■ Exercise aim
Below is a listing; repeat exactly the lines from the one containing "#124=LINE('',#122,#25);" to the one containing "#146=ORIENTED_EDGE('',*,*,#70,.T.);", both included.

☆ ☆ ☆ ☆ ☆

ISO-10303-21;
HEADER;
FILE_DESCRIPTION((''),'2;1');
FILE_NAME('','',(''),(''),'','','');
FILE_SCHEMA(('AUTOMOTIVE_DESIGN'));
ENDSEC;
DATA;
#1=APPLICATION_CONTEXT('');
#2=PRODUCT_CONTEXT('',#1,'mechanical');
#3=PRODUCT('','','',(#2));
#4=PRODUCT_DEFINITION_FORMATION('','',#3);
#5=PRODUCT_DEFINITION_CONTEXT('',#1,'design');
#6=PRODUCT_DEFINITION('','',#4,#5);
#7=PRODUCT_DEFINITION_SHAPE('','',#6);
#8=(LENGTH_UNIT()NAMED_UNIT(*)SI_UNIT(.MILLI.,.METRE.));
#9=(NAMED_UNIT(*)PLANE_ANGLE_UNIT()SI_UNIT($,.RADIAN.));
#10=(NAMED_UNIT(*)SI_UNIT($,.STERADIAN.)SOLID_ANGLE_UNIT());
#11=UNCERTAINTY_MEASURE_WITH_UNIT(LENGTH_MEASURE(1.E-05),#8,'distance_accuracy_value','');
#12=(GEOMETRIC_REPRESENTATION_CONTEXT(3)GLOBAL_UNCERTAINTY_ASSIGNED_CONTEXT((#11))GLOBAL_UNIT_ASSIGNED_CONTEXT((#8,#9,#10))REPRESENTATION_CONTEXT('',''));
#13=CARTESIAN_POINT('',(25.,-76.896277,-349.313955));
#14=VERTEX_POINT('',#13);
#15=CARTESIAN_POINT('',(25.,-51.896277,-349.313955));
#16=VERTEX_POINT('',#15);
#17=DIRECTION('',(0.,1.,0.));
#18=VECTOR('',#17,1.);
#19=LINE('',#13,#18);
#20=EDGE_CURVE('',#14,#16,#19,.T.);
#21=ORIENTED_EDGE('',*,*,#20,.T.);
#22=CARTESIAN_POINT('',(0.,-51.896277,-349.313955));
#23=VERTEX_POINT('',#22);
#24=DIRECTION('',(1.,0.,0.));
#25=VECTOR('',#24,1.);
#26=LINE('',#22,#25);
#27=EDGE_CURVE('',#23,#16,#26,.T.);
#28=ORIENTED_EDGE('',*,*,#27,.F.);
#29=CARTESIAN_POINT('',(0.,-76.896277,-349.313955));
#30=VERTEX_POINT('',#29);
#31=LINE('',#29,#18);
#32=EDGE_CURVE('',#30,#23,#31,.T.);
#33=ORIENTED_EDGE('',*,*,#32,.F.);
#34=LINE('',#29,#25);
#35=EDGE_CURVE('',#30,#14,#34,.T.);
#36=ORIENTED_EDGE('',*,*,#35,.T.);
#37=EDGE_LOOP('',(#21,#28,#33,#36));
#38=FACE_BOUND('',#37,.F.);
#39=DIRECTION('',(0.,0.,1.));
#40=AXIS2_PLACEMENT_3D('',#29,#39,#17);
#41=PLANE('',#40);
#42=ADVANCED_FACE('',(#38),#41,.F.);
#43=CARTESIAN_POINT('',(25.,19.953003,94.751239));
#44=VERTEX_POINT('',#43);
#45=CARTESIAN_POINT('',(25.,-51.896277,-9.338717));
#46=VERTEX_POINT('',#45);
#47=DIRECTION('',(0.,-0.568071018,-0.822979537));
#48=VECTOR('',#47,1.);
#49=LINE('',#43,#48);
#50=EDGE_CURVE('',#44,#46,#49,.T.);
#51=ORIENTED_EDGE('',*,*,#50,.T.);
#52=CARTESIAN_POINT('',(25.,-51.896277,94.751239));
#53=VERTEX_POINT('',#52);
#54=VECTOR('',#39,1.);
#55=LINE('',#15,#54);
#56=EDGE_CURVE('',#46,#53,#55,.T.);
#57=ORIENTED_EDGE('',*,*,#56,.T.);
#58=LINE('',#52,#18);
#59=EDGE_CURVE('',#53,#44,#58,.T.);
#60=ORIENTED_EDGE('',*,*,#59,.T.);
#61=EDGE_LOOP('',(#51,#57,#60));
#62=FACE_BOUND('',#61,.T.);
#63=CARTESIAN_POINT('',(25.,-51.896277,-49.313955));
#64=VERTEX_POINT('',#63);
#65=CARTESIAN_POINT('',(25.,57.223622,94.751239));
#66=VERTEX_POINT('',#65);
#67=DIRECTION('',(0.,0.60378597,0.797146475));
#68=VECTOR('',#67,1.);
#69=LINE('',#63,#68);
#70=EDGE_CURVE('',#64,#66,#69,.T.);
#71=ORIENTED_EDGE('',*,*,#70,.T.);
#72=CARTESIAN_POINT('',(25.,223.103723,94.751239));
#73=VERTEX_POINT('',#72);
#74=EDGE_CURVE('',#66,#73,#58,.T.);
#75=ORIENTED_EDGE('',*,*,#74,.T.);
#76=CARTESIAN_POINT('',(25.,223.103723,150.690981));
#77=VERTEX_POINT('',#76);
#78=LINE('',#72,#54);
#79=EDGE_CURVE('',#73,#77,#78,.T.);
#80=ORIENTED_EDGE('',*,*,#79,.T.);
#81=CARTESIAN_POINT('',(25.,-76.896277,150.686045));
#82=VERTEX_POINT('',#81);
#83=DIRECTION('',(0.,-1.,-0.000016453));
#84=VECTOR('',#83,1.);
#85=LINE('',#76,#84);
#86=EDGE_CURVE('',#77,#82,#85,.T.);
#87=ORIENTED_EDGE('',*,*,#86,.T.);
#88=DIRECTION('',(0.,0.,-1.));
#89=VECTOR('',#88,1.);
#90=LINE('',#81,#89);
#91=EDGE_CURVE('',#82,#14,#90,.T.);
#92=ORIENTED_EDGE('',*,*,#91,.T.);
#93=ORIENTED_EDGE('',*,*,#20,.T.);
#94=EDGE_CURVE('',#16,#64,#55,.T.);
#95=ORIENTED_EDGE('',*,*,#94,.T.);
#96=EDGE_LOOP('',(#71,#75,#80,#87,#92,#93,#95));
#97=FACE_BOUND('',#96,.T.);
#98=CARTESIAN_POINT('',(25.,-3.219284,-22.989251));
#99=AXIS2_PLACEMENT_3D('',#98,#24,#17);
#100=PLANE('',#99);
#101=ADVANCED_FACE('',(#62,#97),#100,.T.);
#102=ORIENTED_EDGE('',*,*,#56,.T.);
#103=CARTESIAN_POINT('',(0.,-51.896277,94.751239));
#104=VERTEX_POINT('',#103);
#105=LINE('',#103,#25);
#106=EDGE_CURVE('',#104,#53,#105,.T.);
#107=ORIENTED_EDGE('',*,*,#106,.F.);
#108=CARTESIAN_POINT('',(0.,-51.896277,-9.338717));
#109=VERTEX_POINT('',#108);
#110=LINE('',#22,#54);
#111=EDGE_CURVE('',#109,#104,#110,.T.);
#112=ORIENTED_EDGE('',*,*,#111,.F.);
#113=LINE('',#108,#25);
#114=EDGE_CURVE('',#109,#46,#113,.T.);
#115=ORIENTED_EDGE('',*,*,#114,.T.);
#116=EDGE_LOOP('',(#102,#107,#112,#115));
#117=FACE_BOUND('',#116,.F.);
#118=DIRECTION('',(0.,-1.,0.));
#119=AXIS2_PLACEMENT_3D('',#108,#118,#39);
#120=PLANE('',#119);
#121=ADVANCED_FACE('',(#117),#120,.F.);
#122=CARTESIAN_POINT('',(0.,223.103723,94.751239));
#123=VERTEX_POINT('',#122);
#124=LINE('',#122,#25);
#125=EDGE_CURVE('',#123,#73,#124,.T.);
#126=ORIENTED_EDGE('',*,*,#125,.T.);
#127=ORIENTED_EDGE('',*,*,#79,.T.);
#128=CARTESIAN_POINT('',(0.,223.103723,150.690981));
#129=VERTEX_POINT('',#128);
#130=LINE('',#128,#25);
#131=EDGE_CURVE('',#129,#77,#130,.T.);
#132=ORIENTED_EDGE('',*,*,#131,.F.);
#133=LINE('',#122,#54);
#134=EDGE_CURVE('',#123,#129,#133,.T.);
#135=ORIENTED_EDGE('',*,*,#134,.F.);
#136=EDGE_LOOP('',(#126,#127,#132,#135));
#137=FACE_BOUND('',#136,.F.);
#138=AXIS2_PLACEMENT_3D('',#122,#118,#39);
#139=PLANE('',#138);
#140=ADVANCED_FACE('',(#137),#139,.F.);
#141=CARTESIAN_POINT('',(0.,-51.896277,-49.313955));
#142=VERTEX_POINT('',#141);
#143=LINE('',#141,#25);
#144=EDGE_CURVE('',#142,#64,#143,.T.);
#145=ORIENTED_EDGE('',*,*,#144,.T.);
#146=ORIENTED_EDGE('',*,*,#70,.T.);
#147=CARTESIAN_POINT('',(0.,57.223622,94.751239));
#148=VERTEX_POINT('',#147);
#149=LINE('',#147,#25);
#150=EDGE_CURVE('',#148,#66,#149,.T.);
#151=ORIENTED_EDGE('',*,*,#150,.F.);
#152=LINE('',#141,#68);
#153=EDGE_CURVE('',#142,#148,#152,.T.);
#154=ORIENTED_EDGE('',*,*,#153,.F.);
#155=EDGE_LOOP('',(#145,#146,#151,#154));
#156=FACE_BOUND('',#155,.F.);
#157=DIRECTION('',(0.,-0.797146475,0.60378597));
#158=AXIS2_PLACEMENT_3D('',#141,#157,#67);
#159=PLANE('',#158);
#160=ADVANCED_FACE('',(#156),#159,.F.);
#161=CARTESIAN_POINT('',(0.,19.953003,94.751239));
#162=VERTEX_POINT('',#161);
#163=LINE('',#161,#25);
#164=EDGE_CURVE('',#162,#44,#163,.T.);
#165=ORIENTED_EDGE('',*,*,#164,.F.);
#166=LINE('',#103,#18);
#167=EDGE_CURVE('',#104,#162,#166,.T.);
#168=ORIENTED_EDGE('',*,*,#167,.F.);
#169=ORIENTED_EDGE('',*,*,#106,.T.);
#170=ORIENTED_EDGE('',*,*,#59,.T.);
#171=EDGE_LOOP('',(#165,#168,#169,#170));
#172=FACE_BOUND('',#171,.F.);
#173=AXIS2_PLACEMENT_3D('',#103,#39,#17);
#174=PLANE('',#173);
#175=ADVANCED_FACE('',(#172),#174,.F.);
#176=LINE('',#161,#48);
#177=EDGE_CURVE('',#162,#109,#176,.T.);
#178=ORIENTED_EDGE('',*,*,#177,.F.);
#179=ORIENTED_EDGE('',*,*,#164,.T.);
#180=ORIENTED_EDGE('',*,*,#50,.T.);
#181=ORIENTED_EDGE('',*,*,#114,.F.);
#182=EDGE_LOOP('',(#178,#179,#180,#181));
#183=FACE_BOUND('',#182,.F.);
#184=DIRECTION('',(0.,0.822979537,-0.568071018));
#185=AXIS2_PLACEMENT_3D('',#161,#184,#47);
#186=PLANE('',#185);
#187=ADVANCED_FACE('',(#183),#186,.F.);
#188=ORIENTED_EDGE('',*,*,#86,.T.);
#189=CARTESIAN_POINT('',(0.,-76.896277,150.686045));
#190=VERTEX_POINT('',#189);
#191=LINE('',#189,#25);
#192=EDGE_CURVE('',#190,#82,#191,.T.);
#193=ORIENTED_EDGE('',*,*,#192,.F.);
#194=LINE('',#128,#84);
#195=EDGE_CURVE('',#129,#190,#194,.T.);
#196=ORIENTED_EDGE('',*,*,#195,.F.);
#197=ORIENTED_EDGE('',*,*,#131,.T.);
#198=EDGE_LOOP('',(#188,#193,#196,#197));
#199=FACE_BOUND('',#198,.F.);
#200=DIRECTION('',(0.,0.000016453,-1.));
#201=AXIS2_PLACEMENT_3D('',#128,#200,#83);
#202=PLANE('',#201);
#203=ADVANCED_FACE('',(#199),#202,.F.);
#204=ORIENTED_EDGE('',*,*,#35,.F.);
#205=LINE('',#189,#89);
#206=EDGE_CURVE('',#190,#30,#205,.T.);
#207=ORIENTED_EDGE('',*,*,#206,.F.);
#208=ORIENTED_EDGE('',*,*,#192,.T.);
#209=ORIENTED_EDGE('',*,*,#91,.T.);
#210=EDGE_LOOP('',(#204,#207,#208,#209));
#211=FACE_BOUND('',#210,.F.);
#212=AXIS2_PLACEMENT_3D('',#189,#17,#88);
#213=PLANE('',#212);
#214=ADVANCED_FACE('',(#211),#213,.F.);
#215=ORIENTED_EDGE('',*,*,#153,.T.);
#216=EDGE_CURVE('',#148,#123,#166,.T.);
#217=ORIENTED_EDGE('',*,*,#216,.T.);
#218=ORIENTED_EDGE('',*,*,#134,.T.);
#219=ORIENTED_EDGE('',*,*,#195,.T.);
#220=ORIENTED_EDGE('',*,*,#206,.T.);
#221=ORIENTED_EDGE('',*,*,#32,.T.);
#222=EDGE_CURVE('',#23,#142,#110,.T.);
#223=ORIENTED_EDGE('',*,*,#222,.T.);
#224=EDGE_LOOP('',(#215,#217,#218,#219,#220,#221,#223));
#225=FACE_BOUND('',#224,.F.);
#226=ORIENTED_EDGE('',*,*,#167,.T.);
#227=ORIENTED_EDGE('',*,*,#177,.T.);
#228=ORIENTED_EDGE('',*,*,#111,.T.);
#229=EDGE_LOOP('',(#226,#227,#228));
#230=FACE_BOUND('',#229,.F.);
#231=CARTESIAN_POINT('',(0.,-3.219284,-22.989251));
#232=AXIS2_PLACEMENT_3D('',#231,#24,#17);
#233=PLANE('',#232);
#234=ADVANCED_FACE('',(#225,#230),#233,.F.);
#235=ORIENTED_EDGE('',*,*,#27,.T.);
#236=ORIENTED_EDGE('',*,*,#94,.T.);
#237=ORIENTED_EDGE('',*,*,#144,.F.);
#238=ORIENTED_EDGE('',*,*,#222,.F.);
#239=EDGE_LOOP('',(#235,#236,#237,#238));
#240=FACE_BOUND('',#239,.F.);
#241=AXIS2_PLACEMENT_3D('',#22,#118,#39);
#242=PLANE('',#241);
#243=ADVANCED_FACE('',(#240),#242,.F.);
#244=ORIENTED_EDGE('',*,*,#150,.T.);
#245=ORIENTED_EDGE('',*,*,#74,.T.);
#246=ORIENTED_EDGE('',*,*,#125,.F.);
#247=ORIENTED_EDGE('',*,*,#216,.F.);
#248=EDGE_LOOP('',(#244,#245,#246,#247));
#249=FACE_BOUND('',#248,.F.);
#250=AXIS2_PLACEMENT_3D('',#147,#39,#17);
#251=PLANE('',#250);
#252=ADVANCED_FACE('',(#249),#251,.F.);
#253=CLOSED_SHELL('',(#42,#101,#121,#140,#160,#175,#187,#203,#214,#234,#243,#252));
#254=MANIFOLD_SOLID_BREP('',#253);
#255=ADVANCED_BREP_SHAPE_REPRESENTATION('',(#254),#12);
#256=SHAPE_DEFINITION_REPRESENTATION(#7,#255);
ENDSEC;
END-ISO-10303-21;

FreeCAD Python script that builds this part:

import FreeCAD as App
import Part
import Sketcher
Q = App.Units.Quantity

doc = App.newDocument("Part")
body = doc.addObject("PartDesign::Body", "Body")

# Sketch on YZ plane
sketch1 = body.newObject("Sketcher::SketchObject", "Sketch")
sketch1.AttachmentSupport = (doc.getObject("YZ_Plane"), [""])
sketch1.MapMode = "FlatFace"
sketch1.addGeometry([
    Part.LineSegment(App.Vector(-77, 151, 0), App.Vector(-77, -349, 0)),  # 0
    Part.LineSegment(App.Vector(-77, -349, 0), App.Vector(-52, -349, 0)),  # 1
    Part.LineSegment(App.Vector(-52, -349, 0), App.Vector(-52, -49, 0)),  # 2
    Part.LineSegment(App.Vector(-52, -49, 0), App.Vector(57, 95, 0)),  # 3
    Part.LineSegment(App.Vector(57, 95, 0), App.Vector(223, 95, 0)),  # 4
    Part.LineSegment(App.Vector(223, 95, 0), App.Vector(223, 151, 0)),  # 5
    Part.LineSegment(App.Vector(223, 151, 0), App.Vector(-77, 151, 0)),  # 6
    Part.LineSegment(App.Vector(-52, -9, 0), App.Vector(-52, 95, 0)),  # 7
    Part.LineSegment(App.Vector(-52, 95, 0), App.Vector(20, 95, 0)),  # 8
    Part.LineSegment(App.Vector(20, 95, 0), App.Vector(-52, -9, 0)),  # 9
], False)
sketch1.addConstraint([
    Sketcher.Constraint("Coincident", 0, 2, 1, 1),
    Sketcher.Constraint("Coincident", 1, 2, 2, 1),
    Sketcher.Constraint("Coincident", 2, 2, 3, 1),
    Sketcher.Constraint("Coincident", 3, 2, 4, 1),
    Sketcher.Constraint("Coincident", 4, 2, 5, 1),
    Sketcher.Constraint("Coincident", 5, 2, 6, 1),
    Sketcher.Constraint("Coincident", 6, 2, 0, 1),
    Sketcher.Constraint("Coincident", 7, 2, 8, 1),
    Sketcher.Constraint("Coincident", 8, 2, 9, 1),
    Sketcher.Constraint("Coincident", 9, 2, 7, 1),
    Sketcher.Constraint("Vertical", 0),
    Sketcher.Constraint("Horizontal", 1),
    Sketcher.Constraint("Vertical", 2),
    Sketcher.Constraint("Horizontal", 4),
    Sketcher.Constraint("Vertical", 5),
    Sketcher.Constraint("Vertical", 7),
    Sketcher.Constraint("Horizontal", 8),
    Sketcher.Constraint("Horizontal", 4, 2, 7, 2),
    Sketcher.Constraint("Vertical", 2, 2, 7, 2),
    Sketcher.Constraint("DistanceX", 1, 1, 1, 2, Q("25 mm")),
    Sketcher.Constraint("DistanceY", 0, 2, 0, 1, Q("500 mm")),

☆ ☆ ☆ ☆ ☆

■ Exercise response
#124=LINE('',#122,#25);
#125=EDGE_CURVE('',#123,#73,#124,.T.);
#126=ORIENTED_EDGE('',*,*,#125,.T.);
#127=ORIENTED_EDGE('',*,*,#79,.T.);
#128=CARTESIAN_POINT('',(0.,223.103723,150.690981));
#129=VERTEX_POINT('',#128);
#130=LINE('',#128,#25);
#131=EDGE_CURVE('',#129,#77,#130,.T.);
#132=ORIENTED_EDGE('',*,*,#131,.F.);
#133=LINE('',#122,#54);
#134=EDGE_CURVE('',#123,#129,#133,.T.);
#135=ORIENTED_EDGE('',*,*,#134,.F.);
#136=EDGE_LOOP('',(#126,#127,#132,#135));
#137=FACE_BOUND('',#136,.F.);
#138=AXIS2_PLACEMENT_3D('',#122,#118,#39);
#139=PLANE('',#138);
#140=ADVANCED_FACE('',(#137),#139,.F.);
#141=CARTESIAN_POINT('',(0.,-51.896277,-49.313955));
#142=VERTEX_POINT('',#141);
#143=LINE('',#141,#25);
#144=EDGE_CURVE('',#142,#64,#143,.T.);
#145=ORIENTED_EDGE('',*,*,#144,.T.);
#146=ORIENTED_EDGE('',*,*,#70,.T.);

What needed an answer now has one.